**Instructions to follow**: After reading the entries below, copy word for word the lines from the first through the line containing "f 27 352 20", and stop there.
Start of Data extracts
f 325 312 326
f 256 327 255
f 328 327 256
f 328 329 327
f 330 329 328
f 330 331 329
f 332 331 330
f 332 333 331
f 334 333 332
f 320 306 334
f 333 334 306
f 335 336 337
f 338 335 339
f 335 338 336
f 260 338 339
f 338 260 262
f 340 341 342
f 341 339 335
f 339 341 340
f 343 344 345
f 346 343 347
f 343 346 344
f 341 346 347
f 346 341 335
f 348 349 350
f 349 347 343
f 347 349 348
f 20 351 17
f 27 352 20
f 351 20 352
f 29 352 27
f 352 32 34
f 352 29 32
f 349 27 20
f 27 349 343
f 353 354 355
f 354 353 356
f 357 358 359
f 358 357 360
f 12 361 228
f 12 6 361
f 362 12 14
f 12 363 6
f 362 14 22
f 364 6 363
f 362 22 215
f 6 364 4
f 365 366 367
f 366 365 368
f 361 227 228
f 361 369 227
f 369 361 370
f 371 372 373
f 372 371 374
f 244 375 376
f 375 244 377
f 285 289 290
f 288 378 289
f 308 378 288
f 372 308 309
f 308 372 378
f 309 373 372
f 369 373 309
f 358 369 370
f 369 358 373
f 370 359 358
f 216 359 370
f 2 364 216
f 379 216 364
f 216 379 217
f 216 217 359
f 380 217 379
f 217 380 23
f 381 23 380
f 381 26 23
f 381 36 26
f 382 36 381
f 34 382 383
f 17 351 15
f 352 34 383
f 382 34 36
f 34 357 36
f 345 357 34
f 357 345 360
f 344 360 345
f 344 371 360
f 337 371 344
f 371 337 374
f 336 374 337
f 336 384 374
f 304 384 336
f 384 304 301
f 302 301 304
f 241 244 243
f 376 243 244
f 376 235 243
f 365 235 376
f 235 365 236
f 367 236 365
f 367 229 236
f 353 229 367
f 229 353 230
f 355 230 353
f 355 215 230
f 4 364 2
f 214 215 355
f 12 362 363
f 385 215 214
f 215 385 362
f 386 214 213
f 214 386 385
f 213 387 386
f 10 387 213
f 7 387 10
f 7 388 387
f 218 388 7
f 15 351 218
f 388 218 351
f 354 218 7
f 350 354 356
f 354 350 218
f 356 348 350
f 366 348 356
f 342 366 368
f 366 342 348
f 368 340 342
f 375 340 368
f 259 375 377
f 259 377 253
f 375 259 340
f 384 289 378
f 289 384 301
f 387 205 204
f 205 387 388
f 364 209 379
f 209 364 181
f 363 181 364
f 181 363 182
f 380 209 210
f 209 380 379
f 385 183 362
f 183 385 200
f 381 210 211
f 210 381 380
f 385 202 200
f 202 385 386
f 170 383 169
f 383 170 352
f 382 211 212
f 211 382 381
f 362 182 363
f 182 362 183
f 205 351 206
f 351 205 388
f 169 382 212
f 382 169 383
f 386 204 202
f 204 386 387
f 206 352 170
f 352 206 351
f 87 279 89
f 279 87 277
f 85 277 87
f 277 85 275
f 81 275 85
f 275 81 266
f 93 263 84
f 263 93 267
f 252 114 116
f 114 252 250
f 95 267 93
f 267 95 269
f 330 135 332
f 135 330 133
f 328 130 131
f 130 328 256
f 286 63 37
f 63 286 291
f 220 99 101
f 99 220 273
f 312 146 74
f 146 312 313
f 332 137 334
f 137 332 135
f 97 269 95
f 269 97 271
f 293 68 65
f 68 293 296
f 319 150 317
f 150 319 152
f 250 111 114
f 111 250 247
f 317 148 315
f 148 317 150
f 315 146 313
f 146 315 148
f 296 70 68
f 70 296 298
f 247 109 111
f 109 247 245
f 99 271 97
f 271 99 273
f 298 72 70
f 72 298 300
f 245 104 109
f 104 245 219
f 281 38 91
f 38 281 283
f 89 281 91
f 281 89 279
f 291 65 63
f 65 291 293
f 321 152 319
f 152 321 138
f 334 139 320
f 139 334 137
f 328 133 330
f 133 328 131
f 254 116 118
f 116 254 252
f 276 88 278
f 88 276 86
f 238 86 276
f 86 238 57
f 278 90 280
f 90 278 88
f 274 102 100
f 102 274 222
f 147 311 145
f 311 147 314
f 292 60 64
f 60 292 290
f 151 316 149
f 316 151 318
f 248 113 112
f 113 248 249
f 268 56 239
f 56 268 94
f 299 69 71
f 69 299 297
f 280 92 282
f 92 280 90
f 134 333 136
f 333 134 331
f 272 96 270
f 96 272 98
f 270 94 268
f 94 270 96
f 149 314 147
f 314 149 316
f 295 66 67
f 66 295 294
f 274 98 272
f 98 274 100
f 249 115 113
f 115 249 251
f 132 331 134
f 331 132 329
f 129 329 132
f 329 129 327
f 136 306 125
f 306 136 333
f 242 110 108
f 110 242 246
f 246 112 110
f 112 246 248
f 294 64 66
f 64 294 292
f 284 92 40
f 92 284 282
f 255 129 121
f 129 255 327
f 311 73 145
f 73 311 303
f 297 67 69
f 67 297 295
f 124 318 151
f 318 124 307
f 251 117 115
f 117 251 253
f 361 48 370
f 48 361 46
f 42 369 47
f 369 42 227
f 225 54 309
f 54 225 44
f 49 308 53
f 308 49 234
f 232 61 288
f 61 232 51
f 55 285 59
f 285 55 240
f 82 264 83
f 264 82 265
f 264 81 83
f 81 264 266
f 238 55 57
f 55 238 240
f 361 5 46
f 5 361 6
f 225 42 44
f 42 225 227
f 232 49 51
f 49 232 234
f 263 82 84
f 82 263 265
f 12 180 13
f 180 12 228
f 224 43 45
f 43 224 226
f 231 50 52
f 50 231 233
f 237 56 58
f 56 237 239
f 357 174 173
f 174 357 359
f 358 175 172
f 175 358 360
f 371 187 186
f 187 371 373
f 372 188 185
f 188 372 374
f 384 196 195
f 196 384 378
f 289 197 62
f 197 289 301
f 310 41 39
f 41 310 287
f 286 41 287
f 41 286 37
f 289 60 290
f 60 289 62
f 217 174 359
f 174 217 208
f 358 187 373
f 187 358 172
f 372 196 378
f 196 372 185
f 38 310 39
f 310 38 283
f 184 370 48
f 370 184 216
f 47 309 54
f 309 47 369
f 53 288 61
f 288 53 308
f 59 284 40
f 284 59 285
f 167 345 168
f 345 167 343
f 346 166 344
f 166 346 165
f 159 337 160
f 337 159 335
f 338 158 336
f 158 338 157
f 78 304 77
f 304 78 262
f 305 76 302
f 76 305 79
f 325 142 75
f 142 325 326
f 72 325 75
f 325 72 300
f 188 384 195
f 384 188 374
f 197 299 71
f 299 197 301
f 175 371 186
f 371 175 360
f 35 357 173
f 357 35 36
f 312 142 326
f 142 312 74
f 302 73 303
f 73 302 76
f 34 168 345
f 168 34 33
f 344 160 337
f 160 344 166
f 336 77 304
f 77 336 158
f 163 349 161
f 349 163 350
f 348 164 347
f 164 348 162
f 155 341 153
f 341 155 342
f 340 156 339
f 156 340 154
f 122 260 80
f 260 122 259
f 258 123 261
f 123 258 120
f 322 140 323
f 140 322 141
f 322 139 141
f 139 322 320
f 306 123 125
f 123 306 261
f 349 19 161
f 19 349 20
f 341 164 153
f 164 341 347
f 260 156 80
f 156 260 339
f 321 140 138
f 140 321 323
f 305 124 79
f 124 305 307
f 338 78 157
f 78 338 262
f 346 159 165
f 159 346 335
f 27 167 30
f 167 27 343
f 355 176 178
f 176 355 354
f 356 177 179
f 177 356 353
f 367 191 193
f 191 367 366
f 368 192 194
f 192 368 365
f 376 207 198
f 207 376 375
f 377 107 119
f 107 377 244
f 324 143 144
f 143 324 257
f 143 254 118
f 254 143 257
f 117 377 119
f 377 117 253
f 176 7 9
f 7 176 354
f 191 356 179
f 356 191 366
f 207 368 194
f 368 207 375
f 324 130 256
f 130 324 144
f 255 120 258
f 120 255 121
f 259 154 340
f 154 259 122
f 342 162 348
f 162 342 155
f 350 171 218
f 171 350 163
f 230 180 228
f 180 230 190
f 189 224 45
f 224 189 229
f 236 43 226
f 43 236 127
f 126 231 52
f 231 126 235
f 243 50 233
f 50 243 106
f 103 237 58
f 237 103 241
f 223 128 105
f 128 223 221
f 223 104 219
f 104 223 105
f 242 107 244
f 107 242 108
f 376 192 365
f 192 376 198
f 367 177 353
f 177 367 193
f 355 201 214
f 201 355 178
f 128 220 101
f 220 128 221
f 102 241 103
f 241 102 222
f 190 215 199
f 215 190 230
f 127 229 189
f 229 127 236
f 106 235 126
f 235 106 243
End of Data extracts
**Written answer**:
f 325 312 326
f 256 327 255
f 328 327 256
f 328 329 327
f 330 329 328
f 330 331 329
f 332 331 330
f 332 333 331
f 334 333 332
f 320 306 334
f 333 334 306
f 335 336 337
f 338 335 339
f 335 338 336
f 260 338 339
f 338 260 262
f 340 341 342
f 341 339 335
f 339 341 340
f 343 344 345
f 346 343 347
f 343 346 344
f 341 346 347
f 346 341 335
f 348 349 350
f 349 347 343
f 347 349 348
f 20 351 17
f 27 352 20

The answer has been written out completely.